Provide again, from the entries below, every line from the one containing "#98=CIRCLE('',#27,38.735);" through the one containing "#116=CIRCLE('',#115,48.431889);", exactly as written, and no other line.

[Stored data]
********
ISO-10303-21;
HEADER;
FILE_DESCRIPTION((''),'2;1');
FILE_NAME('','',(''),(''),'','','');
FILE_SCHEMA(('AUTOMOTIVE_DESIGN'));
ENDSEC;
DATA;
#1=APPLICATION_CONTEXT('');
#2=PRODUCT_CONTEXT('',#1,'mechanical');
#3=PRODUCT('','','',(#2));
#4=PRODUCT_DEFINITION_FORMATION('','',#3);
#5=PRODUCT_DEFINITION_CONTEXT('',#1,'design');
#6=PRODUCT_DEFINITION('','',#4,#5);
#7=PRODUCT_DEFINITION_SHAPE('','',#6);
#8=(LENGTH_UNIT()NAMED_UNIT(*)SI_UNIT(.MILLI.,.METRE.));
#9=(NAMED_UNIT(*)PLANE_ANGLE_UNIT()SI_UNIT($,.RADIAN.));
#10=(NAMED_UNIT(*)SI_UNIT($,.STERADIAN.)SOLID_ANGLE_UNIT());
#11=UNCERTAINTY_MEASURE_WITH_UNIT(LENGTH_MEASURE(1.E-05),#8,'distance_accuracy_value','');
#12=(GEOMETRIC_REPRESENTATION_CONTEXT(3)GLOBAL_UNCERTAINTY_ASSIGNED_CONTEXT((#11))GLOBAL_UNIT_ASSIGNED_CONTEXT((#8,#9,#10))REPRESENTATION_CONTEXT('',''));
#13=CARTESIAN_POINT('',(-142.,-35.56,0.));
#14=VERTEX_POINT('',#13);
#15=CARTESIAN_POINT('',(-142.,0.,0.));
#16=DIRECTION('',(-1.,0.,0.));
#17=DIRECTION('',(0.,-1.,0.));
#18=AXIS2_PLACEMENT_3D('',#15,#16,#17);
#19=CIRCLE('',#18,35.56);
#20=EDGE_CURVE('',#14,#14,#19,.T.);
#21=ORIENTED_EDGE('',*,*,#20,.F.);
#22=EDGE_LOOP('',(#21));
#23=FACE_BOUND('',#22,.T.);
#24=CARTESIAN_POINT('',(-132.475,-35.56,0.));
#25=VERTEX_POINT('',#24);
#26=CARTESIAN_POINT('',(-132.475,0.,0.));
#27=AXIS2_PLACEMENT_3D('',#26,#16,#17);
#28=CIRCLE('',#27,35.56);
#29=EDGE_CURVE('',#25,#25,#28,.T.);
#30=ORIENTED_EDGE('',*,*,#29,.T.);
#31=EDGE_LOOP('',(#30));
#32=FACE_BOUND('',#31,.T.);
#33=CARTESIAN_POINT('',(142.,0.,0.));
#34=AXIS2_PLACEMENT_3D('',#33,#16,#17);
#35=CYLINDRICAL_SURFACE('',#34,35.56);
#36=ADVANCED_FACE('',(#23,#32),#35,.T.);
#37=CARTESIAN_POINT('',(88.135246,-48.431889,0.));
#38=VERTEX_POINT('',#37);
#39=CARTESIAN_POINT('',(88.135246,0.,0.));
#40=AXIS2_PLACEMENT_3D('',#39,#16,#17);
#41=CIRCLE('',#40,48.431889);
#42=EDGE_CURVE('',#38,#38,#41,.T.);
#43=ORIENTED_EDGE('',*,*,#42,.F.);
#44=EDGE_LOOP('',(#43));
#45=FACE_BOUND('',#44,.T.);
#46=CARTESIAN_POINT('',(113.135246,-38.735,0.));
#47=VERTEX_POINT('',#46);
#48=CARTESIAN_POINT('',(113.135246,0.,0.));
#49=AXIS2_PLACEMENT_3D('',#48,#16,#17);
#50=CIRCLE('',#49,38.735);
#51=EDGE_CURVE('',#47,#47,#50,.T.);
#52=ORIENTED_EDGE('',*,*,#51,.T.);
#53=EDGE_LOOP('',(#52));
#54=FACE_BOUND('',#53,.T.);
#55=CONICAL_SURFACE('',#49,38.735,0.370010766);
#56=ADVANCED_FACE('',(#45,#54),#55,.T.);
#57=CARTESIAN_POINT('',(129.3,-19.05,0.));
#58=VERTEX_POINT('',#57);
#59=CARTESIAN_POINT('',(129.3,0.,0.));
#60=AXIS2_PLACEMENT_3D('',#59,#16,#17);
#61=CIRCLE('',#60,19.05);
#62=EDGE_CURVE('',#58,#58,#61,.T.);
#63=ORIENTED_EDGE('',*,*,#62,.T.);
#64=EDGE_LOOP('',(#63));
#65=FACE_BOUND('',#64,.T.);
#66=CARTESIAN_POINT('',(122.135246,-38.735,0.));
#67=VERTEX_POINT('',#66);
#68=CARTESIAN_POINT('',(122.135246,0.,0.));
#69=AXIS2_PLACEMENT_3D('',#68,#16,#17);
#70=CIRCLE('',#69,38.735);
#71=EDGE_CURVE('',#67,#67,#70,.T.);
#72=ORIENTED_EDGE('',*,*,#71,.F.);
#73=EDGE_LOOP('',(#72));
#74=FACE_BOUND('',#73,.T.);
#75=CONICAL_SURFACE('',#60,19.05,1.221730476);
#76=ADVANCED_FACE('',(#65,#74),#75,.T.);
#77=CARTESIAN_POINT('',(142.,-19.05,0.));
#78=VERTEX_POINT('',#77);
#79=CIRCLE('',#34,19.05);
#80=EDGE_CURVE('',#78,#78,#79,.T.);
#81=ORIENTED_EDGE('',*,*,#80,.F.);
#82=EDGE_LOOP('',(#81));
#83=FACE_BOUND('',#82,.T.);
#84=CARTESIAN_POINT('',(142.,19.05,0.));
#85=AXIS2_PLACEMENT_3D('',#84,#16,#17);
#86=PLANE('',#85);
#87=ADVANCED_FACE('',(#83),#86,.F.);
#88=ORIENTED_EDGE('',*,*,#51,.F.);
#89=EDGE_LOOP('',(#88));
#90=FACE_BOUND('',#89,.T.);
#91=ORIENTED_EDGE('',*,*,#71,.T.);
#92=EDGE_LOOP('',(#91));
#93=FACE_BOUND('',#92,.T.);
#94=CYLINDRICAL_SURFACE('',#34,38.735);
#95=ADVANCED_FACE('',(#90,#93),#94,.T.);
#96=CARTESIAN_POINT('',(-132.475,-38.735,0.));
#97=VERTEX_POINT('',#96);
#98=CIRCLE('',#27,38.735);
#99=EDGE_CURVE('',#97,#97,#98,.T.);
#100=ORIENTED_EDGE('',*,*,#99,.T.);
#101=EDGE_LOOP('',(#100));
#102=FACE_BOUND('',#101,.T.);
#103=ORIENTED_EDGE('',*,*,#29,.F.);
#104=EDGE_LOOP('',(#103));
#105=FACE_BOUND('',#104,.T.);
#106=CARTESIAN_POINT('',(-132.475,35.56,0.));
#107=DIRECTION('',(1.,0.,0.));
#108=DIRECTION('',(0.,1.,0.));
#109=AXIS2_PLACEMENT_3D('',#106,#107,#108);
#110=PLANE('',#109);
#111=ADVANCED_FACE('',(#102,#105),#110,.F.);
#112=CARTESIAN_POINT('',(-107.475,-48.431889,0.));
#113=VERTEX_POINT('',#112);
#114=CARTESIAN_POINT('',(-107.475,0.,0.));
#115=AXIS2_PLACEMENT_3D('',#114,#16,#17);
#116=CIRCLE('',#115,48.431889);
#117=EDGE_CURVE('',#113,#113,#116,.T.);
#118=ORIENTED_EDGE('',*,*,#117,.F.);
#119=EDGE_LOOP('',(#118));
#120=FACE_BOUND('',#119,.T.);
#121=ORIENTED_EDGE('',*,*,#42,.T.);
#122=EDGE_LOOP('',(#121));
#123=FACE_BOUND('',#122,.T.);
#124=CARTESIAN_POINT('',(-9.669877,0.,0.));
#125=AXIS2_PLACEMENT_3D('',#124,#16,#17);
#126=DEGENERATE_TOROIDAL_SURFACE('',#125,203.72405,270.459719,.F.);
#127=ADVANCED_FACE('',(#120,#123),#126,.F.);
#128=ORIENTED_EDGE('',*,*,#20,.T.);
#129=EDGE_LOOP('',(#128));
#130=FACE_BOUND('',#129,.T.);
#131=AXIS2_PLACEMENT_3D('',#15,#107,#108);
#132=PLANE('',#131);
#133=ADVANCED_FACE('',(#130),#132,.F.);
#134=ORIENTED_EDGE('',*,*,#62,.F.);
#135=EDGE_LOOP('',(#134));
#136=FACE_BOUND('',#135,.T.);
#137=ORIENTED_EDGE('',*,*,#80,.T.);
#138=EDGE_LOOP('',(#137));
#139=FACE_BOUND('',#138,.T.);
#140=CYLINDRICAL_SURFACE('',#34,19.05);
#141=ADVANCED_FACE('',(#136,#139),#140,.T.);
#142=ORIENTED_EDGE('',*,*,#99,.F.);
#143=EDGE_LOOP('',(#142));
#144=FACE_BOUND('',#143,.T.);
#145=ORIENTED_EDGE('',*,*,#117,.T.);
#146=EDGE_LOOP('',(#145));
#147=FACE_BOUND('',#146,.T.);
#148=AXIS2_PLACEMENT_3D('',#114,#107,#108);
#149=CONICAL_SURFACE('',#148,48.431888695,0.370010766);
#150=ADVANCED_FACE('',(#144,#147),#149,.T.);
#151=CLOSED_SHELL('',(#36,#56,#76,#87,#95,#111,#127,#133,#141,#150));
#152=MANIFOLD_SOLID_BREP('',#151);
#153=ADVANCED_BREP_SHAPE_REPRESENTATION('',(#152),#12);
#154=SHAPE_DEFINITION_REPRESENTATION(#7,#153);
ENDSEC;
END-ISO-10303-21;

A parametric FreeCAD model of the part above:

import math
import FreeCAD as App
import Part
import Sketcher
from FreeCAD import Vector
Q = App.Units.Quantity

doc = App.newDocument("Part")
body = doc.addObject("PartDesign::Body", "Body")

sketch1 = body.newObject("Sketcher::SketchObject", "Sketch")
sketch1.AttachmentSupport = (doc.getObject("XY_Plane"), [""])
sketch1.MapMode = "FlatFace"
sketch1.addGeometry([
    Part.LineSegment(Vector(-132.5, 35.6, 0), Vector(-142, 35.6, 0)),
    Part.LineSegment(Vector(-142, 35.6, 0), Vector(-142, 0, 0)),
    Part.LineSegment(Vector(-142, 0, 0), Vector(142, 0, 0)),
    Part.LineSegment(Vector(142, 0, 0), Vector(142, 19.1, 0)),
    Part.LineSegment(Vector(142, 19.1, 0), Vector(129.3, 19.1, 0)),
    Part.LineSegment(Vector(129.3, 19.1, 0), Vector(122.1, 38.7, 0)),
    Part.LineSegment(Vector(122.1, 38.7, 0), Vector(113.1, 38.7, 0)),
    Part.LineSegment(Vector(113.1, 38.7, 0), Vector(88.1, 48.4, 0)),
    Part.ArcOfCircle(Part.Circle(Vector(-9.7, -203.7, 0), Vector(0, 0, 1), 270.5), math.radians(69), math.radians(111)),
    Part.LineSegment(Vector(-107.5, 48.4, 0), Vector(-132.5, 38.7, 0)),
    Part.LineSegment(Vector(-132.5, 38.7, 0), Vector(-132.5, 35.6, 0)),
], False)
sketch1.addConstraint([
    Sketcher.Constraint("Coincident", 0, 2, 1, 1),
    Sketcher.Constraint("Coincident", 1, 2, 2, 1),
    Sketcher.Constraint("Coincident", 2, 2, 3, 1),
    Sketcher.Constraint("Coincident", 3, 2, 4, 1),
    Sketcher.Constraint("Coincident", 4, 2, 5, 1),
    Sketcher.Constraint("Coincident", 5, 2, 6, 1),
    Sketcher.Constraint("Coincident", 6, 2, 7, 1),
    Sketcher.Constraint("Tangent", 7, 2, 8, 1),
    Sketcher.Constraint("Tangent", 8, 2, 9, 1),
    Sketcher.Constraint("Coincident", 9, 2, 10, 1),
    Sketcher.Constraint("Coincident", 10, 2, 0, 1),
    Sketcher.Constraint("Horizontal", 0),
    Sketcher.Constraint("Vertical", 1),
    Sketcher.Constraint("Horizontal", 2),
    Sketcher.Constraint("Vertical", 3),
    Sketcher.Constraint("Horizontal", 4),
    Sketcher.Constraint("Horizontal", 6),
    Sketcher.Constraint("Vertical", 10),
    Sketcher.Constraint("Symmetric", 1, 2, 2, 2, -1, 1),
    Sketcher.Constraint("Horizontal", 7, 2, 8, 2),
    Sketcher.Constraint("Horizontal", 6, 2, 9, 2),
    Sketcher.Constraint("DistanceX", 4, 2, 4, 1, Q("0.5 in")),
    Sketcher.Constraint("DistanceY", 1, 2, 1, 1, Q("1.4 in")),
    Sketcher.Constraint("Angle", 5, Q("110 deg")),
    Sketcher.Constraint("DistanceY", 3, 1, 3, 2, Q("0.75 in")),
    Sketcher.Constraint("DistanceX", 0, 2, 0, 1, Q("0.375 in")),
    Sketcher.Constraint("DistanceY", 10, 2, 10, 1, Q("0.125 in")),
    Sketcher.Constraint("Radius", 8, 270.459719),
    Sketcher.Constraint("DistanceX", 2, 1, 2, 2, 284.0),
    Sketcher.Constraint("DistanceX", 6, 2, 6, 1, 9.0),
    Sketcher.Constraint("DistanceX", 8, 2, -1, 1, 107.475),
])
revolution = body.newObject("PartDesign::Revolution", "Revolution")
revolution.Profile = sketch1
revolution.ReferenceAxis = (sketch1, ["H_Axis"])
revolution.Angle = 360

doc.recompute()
********
## ANSWER
#98=CIRCLE('',#27,38.735);
#99=EDGE_CURVE('',#97,#97,#98,.T.);
#100=ORIENTED_EDGE('',*,*,#99,.T.);
#101=EDGE_LOOP('',(#100));
#102=FACE_BOUND('',#101,.T.);
#103=ORIENTED_EDGE('',*,*,#29,.F.);
#104=EDGE_LOOP('',(#103));
#105=FACE_BOUND('',#104,.T.);
#106=CARTESIAN_POINT('',(-132.475,35.56,0.));
#107=DIRECTION('',(1.,0.,0.));
#108=DIRECTION('',(0.,1.,0.));
#109=AXIS2_PLACEMENT_3D('',#106,#107,#108);
#110=PLANE('',#109);
#111=ADVANCED_FACE('',(#102,#105),#110,.F.);
#112=CARTESIAN_POINT('',(-107.475,-48.431889,0.));
#113=VERTEX_POINT('',#112);
#114=CARTESIAN_POINT('',(-107.475,0.,0.));
#115=AXIS2_PLACEMENT_3D('',#114,#16,#17);
#116=CIRCLE('',#115,48.431889);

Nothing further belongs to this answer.